1587, a Year of No Significance
- Author: Ray Huang
- Language: English
- Subject: History
- Publisher: Yale University Press
- Publication date: 1981
- Publication place: United States
- Media type: Print
- Pages: 278
- ISBN: 978-0-300-02518-7

= 1587, a Year of No Significance =

1981 book by Ray Huang

1587, a Year of No Significance: The Ming Dynasty in Decline (萬曆十五年 (Wanli Shiwunian)) is the most famous work of the Chinese historian Ray Huang. First published by Yale University Press in 1981, it examines how a number of seemingly-insignificant events in 1587 might have caused the downfall of the Ming dynasty.

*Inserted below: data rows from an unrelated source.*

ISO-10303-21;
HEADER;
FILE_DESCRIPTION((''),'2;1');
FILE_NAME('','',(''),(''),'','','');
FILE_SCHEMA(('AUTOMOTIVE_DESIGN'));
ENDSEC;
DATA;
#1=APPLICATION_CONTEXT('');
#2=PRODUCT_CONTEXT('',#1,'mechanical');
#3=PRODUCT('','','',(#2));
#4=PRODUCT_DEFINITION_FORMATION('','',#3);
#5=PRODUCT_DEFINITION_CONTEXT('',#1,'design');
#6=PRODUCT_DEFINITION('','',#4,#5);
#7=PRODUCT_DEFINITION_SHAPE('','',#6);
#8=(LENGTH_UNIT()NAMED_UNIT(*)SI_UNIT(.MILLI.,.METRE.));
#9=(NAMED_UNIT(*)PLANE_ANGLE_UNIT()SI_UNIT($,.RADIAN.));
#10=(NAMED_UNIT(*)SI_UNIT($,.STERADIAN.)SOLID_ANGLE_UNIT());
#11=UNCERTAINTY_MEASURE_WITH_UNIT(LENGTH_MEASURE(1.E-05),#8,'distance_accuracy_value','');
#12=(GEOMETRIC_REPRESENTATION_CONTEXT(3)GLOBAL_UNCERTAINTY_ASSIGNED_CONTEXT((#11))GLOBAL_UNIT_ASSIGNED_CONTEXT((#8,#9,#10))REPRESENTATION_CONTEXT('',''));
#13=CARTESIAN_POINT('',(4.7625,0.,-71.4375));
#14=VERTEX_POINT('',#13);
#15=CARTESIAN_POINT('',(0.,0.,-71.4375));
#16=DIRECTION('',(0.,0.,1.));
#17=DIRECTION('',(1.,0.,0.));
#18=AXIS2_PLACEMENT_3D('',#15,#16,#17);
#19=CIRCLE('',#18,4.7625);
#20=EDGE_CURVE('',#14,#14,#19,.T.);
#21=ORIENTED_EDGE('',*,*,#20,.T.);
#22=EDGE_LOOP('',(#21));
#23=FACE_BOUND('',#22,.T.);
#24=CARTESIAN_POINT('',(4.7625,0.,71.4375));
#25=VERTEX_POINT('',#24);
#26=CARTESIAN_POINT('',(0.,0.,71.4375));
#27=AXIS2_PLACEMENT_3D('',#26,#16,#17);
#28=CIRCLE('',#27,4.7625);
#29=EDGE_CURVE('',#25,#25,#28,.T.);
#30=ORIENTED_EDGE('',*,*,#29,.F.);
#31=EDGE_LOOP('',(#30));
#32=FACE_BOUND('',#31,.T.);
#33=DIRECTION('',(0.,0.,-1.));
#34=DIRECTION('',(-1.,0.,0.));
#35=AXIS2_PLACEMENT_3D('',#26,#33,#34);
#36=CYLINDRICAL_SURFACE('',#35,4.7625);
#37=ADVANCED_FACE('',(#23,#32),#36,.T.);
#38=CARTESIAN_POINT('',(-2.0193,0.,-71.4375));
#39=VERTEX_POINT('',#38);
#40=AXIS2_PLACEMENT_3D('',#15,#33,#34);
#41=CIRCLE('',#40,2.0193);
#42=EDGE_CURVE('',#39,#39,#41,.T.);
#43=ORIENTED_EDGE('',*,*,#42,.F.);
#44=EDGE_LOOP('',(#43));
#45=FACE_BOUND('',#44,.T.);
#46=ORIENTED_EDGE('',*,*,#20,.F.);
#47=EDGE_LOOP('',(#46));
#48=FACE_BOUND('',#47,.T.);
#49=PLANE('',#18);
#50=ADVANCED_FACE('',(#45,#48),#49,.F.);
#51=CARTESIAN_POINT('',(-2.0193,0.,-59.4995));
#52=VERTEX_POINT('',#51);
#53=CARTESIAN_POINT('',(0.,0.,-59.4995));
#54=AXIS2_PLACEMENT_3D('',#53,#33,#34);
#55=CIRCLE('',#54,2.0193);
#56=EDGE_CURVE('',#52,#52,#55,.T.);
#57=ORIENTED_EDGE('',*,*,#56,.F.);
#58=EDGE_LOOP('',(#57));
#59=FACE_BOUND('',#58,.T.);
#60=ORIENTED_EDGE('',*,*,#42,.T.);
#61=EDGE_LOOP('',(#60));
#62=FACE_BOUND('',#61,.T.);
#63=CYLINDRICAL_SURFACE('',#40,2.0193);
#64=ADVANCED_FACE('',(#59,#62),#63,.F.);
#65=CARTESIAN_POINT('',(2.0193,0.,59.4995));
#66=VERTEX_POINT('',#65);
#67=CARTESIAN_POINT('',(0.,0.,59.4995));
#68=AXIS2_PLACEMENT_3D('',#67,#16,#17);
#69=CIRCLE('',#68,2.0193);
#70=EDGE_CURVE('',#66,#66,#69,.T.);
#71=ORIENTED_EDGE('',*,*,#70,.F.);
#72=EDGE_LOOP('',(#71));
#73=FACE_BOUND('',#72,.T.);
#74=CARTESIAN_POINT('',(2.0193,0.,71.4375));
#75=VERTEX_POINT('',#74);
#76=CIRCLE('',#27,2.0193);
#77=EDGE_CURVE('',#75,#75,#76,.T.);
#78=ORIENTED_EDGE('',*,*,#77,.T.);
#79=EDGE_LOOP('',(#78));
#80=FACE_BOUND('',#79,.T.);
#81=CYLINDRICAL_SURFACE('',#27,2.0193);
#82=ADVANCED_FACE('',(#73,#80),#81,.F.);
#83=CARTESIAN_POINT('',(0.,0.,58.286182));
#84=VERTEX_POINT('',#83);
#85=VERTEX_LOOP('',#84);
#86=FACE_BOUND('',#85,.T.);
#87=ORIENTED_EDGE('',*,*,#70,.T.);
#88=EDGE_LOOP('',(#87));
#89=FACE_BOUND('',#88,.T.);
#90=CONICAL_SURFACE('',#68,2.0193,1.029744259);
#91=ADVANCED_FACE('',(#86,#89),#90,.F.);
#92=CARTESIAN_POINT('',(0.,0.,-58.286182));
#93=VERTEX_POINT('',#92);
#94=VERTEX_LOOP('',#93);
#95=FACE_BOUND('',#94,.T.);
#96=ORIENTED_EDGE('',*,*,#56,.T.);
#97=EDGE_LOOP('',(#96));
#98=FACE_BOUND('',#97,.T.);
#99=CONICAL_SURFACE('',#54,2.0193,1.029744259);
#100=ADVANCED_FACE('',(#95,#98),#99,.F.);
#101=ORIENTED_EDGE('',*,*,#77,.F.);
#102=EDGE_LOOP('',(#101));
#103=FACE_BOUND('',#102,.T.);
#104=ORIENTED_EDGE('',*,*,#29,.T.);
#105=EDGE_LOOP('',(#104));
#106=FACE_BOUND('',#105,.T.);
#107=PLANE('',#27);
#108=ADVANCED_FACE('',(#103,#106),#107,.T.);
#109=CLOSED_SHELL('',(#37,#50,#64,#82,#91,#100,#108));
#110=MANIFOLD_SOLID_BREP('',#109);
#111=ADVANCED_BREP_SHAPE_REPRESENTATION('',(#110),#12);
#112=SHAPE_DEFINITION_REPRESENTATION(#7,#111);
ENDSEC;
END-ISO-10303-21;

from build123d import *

# Parameters (mm, degrees)
SKETCH1_R                            = 4.7625
BOSS_EXTRUDE1_DEPTH                  = 71.4375
F_10_32_TAPPED_HOLE1_D               = 4.0386
F_10_32_TAPPED_HOLE1_DEPTH           = 11.938
F_10_32_TAPPED_HOLE1_TIP             = 1.213317848
F_10_32_TAPPED_HOLE1_ON_FACE_2_D     = 4.0386
F_10_32_TAPPED_HOLE1_ON_FACE_2_DEPTH = 11.938
F_10_32_TAPPED_HOLE1_ON_FACE_2_TIP   = 1.213317848


with BuildPart() as part:
    # Sketch1 → Boss-Extrude1 (new, symmetric)
    with BuildSketch(Plane.XY):
        Circle(SKETCH1_R)
    extrude(amount=BOSS_EXTRUDE1_DEPTH, both=True)

    # #10-32 Tapped Hole1
    with Locations(Plane.XY.offset(71.4375)):
        with Locations((0, 0)):
            Hole(F_10_32_TAPPED_HOLE1_D / 2, depth=F_10_32_TAPPED_HOLE1_DEPTH)
            with Locations((0, 0, -(F_10_32_TAPPED_HOLE1_DEPTH + F_10_32_TAPPED_HOLE1_TIP / 2))):  # 118° drill point
                Cone(0, F_10_32_TAPPED_HOLE1_D / 2, F_10_32_TAPPED_HOLE1_TIP, mode=Mode.SUBTRACT)

    # #10-32 Tapped Hole1 on face 2
    with Locations(Plane(origin=(0, 0, -71.4375), x_dir=(-1, 0, 0), z_dir=(0, 0, -1))):
        with Locations((0, 0)):
            Hole(F_10_32_TAPPED_HOLE1_ON_FACE_2_D / 2, depth=F_10_32_TAPPED_HOLE1_ON_FACE_2_DEPTH)
            with Locations((0, 0, -(F_10_32_TAPPED_HOLE1_ON_FACE_2_DEPTH + F_10_32_TAPPED_HOLE1_ON_FACE_2_TIP / 2))):  # 118° drill point
                Cone(0, F_10_32_TAPPED_HOLE1_ON_FACE_2_D / 2, F_10_32_TAPPED_HOLE1_ON_FACE_2_TIP, mode=Mode.SUBTRACT)


solid = part.part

The Chinese title, meaning "the fifteenth year of the Wanli era", is how the year 1587 was expressed in the Chinese calendar; it is the era name of the reigning Chinese emperor at the time, followed by the year of his reign.

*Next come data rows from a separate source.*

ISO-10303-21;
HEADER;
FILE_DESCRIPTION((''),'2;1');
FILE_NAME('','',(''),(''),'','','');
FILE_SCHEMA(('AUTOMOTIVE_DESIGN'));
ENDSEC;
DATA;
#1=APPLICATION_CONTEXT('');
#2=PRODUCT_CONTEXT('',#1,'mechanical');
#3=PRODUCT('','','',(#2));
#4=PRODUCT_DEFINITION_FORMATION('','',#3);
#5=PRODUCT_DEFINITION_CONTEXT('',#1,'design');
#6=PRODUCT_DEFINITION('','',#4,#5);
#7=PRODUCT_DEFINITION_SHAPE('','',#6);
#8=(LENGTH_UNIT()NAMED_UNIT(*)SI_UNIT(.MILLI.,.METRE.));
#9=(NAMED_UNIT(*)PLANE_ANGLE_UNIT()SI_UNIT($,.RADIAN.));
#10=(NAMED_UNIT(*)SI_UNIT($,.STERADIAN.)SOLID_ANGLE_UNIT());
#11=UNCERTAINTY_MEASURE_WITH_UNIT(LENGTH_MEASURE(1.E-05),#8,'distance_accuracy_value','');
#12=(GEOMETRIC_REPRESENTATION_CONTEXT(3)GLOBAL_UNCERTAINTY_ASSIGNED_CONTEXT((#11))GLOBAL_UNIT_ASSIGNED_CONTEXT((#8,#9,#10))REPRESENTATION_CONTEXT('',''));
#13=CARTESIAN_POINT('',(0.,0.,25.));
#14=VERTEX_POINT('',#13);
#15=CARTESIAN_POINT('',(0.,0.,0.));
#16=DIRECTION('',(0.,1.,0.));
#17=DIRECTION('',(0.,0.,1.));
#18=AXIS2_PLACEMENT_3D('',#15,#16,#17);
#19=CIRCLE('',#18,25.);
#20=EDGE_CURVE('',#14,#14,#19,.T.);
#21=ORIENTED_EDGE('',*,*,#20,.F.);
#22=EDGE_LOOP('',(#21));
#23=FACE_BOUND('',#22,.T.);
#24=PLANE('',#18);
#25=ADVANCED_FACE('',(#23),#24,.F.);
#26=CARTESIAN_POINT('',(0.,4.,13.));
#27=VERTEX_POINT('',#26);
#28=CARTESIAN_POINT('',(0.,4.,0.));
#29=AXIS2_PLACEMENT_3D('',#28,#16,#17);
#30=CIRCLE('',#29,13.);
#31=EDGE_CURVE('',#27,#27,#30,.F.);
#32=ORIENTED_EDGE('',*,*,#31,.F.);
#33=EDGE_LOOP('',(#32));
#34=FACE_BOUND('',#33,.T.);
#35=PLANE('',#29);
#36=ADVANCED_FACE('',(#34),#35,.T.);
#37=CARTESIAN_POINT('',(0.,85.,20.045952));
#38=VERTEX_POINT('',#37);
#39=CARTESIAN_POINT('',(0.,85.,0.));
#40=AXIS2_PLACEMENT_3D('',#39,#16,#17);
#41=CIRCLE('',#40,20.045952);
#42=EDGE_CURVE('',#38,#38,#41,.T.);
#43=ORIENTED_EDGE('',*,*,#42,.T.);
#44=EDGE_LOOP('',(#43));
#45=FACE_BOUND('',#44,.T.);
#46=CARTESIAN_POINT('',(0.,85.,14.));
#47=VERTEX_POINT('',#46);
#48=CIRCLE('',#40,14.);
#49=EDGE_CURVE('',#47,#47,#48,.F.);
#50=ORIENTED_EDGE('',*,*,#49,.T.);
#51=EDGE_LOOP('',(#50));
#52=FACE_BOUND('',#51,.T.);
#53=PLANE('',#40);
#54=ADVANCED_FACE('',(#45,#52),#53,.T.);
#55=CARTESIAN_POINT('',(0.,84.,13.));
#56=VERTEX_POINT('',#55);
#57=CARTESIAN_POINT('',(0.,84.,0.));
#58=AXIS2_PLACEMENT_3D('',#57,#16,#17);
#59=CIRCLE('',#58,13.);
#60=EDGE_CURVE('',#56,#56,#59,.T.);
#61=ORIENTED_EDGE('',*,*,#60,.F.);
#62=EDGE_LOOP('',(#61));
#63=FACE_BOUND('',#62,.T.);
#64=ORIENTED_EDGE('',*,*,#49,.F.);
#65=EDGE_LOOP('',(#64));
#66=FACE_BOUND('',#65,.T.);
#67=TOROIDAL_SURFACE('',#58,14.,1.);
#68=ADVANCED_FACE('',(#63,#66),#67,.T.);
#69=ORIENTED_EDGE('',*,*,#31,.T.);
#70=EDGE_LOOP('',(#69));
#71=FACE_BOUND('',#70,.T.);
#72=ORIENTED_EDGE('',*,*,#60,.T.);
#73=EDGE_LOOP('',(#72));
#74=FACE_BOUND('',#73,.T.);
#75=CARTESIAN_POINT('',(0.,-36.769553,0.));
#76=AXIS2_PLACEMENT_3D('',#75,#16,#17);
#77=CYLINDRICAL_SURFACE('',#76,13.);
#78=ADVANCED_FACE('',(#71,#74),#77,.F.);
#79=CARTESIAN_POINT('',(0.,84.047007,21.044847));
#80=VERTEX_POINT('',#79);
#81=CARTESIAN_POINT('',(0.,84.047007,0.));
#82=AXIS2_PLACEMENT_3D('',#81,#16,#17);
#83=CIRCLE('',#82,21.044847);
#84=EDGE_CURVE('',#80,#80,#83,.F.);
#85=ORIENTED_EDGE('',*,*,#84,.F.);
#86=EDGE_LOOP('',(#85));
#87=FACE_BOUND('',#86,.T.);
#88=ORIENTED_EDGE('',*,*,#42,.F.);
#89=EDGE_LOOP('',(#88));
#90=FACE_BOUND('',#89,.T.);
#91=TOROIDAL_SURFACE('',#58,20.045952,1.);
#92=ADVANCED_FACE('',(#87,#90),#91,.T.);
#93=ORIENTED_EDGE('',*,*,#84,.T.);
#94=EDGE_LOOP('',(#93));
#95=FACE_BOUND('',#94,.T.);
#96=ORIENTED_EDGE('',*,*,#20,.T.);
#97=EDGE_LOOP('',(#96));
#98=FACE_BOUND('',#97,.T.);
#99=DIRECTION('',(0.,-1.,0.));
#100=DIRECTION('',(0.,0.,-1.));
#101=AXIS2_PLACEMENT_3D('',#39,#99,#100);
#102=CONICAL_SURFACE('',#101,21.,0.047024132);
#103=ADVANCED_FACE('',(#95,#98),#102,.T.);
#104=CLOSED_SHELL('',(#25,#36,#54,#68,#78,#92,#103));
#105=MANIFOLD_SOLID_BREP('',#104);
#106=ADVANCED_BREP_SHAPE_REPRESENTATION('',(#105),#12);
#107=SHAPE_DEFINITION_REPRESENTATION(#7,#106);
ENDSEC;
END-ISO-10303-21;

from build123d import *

# Parameters (mm, degrees)
SKETCH3_R          = 21
SKETCH1_3_R        = 25
SKETCH4_R          = 13
CUT_EXTRUDE2_DEPTH = 81
FILLET2_R          = 1


with BuildPart() as part:
    # Sketch3 → Loft1 section 0
    with BuildSketch(Plane(origin=(0, 85, 0), x_dir=(1, 0, 0), z_dir=(0, 1, 0))):
        Circle(SKETCH3_R)
    # Sketch1<3> → Loft1 section 1
    with BuildSketch(Plane(origin=(0, 0, 0), x_dir=(1, 0, 0), z_dir=(0, 1, 0))):
        Circle(SKETCH1_3_R)
    loft()

    # Sketch4 → Cut-Extrude2 (cut)
    with BuildSketch(Plane(origin=(0, 85, 0), x_dir=(1, 0, 0), z_dir=(0, 1, 0))):
        Circle(SKETCH4_R)
    extrude(amount=-CUT_EXTRUDE2_DEPTH, mode=Mode.SUBTRACT)

    # Fillet2
    fillet2_edges = [part.edges().sort_by_distance(p)[0] for p in [
        (-21, 85, 0),
        (-13, 85, 0),
    ]]
    fillet(fillet2_edges, radius=FILLET2_R)


solid = part.part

Major figures discussed in the book besides the emperor are Grand Secretaries Zhang Juzheng and Shen Shixing, the official Hai Rui, the general Qi Jiguang, and the philosopher Li Zhi.

Although Huang had completed the manuscript by 1976, no publisher would accept it at first, as it was not serious enough for an academic work but was too serious for popular non-fiction.

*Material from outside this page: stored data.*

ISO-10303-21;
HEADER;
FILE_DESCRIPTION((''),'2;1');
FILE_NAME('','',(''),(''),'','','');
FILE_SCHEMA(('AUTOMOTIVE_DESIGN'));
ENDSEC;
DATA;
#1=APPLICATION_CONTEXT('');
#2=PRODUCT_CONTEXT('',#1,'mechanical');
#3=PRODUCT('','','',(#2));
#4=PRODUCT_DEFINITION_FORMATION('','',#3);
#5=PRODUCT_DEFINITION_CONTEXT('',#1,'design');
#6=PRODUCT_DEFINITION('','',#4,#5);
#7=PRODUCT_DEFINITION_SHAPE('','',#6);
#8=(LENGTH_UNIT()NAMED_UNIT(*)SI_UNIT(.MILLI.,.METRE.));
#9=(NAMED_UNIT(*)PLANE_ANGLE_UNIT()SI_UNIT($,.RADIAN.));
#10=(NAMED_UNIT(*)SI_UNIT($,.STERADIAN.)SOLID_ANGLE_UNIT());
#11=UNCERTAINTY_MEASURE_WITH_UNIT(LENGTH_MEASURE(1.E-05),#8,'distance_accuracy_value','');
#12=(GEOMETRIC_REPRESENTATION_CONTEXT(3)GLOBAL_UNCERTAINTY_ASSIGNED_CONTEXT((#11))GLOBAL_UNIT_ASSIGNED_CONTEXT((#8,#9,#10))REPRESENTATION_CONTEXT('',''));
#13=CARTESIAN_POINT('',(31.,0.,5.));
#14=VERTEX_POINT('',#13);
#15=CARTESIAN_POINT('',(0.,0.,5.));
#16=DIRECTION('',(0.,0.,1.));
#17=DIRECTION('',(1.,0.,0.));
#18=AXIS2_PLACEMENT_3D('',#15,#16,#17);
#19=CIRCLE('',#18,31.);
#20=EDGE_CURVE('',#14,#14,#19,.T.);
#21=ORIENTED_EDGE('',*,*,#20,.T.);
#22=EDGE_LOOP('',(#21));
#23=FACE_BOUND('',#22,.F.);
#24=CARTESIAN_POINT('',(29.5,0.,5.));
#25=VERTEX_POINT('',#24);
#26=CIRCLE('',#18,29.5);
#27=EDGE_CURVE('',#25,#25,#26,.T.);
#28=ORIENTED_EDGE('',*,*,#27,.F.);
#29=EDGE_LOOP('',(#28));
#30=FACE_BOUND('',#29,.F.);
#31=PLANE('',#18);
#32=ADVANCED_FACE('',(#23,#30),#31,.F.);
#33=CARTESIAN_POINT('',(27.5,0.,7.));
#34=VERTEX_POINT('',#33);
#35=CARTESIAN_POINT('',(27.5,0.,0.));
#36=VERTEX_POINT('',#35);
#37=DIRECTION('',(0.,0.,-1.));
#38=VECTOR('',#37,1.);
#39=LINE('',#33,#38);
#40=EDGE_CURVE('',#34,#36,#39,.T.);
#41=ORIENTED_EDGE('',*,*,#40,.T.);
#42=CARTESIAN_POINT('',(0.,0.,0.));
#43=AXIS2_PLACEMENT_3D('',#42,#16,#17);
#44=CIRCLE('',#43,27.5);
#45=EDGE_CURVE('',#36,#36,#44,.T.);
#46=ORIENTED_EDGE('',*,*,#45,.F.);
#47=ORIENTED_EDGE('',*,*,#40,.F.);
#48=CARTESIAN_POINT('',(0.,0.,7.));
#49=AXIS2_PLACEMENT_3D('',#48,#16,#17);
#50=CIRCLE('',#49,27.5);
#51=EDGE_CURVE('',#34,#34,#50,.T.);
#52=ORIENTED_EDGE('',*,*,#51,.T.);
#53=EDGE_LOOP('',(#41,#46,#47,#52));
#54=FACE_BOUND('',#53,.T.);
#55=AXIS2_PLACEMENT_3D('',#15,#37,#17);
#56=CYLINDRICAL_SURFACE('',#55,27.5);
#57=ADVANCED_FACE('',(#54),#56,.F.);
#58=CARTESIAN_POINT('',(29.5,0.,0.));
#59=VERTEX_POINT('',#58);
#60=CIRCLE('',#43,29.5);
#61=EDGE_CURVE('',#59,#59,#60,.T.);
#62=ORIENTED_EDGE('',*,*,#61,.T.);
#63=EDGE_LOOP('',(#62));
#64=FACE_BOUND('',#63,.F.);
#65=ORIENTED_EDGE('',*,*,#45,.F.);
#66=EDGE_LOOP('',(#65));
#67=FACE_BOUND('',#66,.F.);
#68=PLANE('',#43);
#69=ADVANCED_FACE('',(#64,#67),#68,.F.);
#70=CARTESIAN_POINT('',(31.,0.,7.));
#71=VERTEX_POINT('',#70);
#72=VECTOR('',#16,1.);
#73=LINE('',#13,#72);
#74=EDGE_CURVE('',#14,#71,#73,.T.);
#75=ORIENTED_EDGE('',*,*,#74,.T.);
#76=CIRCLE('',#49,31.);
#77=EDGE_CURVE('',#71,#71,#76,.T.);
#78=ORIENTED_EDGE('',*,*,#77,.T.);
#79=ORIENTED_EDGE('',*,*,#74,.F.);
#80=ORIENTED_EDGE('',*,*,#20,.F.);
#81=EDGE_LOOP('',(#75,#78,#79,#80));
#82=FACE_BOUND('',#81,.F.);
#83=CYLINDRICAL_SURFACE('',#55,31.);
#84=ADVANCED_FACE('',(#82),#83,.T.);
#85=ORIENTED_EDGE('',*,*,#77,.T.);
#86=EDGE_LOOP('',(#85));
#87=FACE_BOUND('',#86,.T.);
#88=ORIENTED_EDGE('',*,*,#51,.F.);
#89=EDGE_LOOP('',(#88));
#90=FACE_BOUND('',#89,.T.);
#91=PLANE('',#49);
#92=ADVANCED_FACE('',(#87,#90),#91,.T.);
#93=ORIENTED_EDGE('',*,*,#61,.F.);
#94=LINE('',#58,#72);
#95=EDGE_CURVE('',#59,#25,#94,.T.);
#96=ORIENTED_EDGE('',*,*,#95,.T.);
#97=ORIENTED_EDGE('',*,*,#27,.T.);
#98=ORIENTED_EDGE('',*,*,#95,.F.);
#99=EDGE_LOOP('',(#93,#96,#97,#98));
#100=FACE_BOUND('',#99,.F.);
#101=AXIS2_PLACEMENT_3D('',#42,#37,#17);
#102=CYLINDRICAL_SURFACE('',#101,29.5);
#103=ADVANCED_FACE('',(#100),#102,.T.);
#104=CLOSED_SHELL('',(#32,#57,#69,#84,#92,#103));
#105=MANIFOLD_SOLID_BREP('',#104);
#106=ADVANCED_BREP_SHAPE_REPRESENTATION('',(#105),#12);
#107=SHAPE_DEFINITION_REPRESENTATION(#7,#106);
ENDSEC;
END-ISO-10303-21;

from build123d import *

# Parameters (mm, degrees)
SKETCH_R      = 29.5
SKETCH_R_2    = 27.5
PAD_DEPTH     = 5
SKETCH001_R   = 31
SKETCH001_R_2 = 27.5
PAD001_DEPTH  = 2


with BuildPart() as part:
    # Sketch → Pad (new body)
    with BuildSketch(Plane.XY):
        Circle(SKETCH_R)
        Circle(SKETCH_R_2, mode=Mode.SUBTRACT)
    extrude(amount=PAD_DEPTH)

    # Sketch001 (on Face4 of Pad) → Pad001 (join)
    with BuildSketch(Plane.XY.offset(5)):
        Circle(SKETCH001_R)
        Circle(SKETCH001_R_2, mode=Mode.SUBTRACT)
    extrude(amount=PAD001_DEPTH)


solid = part.part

The work has been translated into a number of different languages: Mandarin, Japanese, Korean, German, and French.

== Summary ==
The first chapter covers the Wanli Emperor's upbringing, especially his early ascent to the throne, his education under Grand Secretary Zhang Juzheng, and his early rule under the strong guidance of Zhang and the eunuch "Big Companion" Feng Bao. It covers traditions and rituals, including farming rituals and the morning audience, the regular functioning of the Imperial City and the government, and Wanli's marriage and romantic companions. The chapter ends with the death and subsequent condemnation of Grand Secretary Zhang for controlling the Emperor and the government for his own personal gain.

The second chapter focuses on First Grand Secretary Shen Shixing. Through his personal history, Huang illustrates that the typical career path to becoming a Grand Secretary was primarily academic, through the civil service exams and the Hanlin Academy, as opposed to government experience. The ritual of the Emperor's public study session is used to explain how the Imperial government relied primarily on personnel appointments and setting a moral example to inspire good conduct and good governance, as it did not have the resources to maintain order and legitimacy through military power or bureaucratic micromanagement.

==Adaptations==
1587 was adapted into a play by the Zuni Icosahedron director Mathias Woo, which premièred in Hong Kong in 1999. The second production was in 2006, after Woo and the Towards the Republic screenwriter Zhang Jianwei (張建偉) had rewritten the script by adding a considerable amount of Kun opera and other elements. There was a third run in 2008.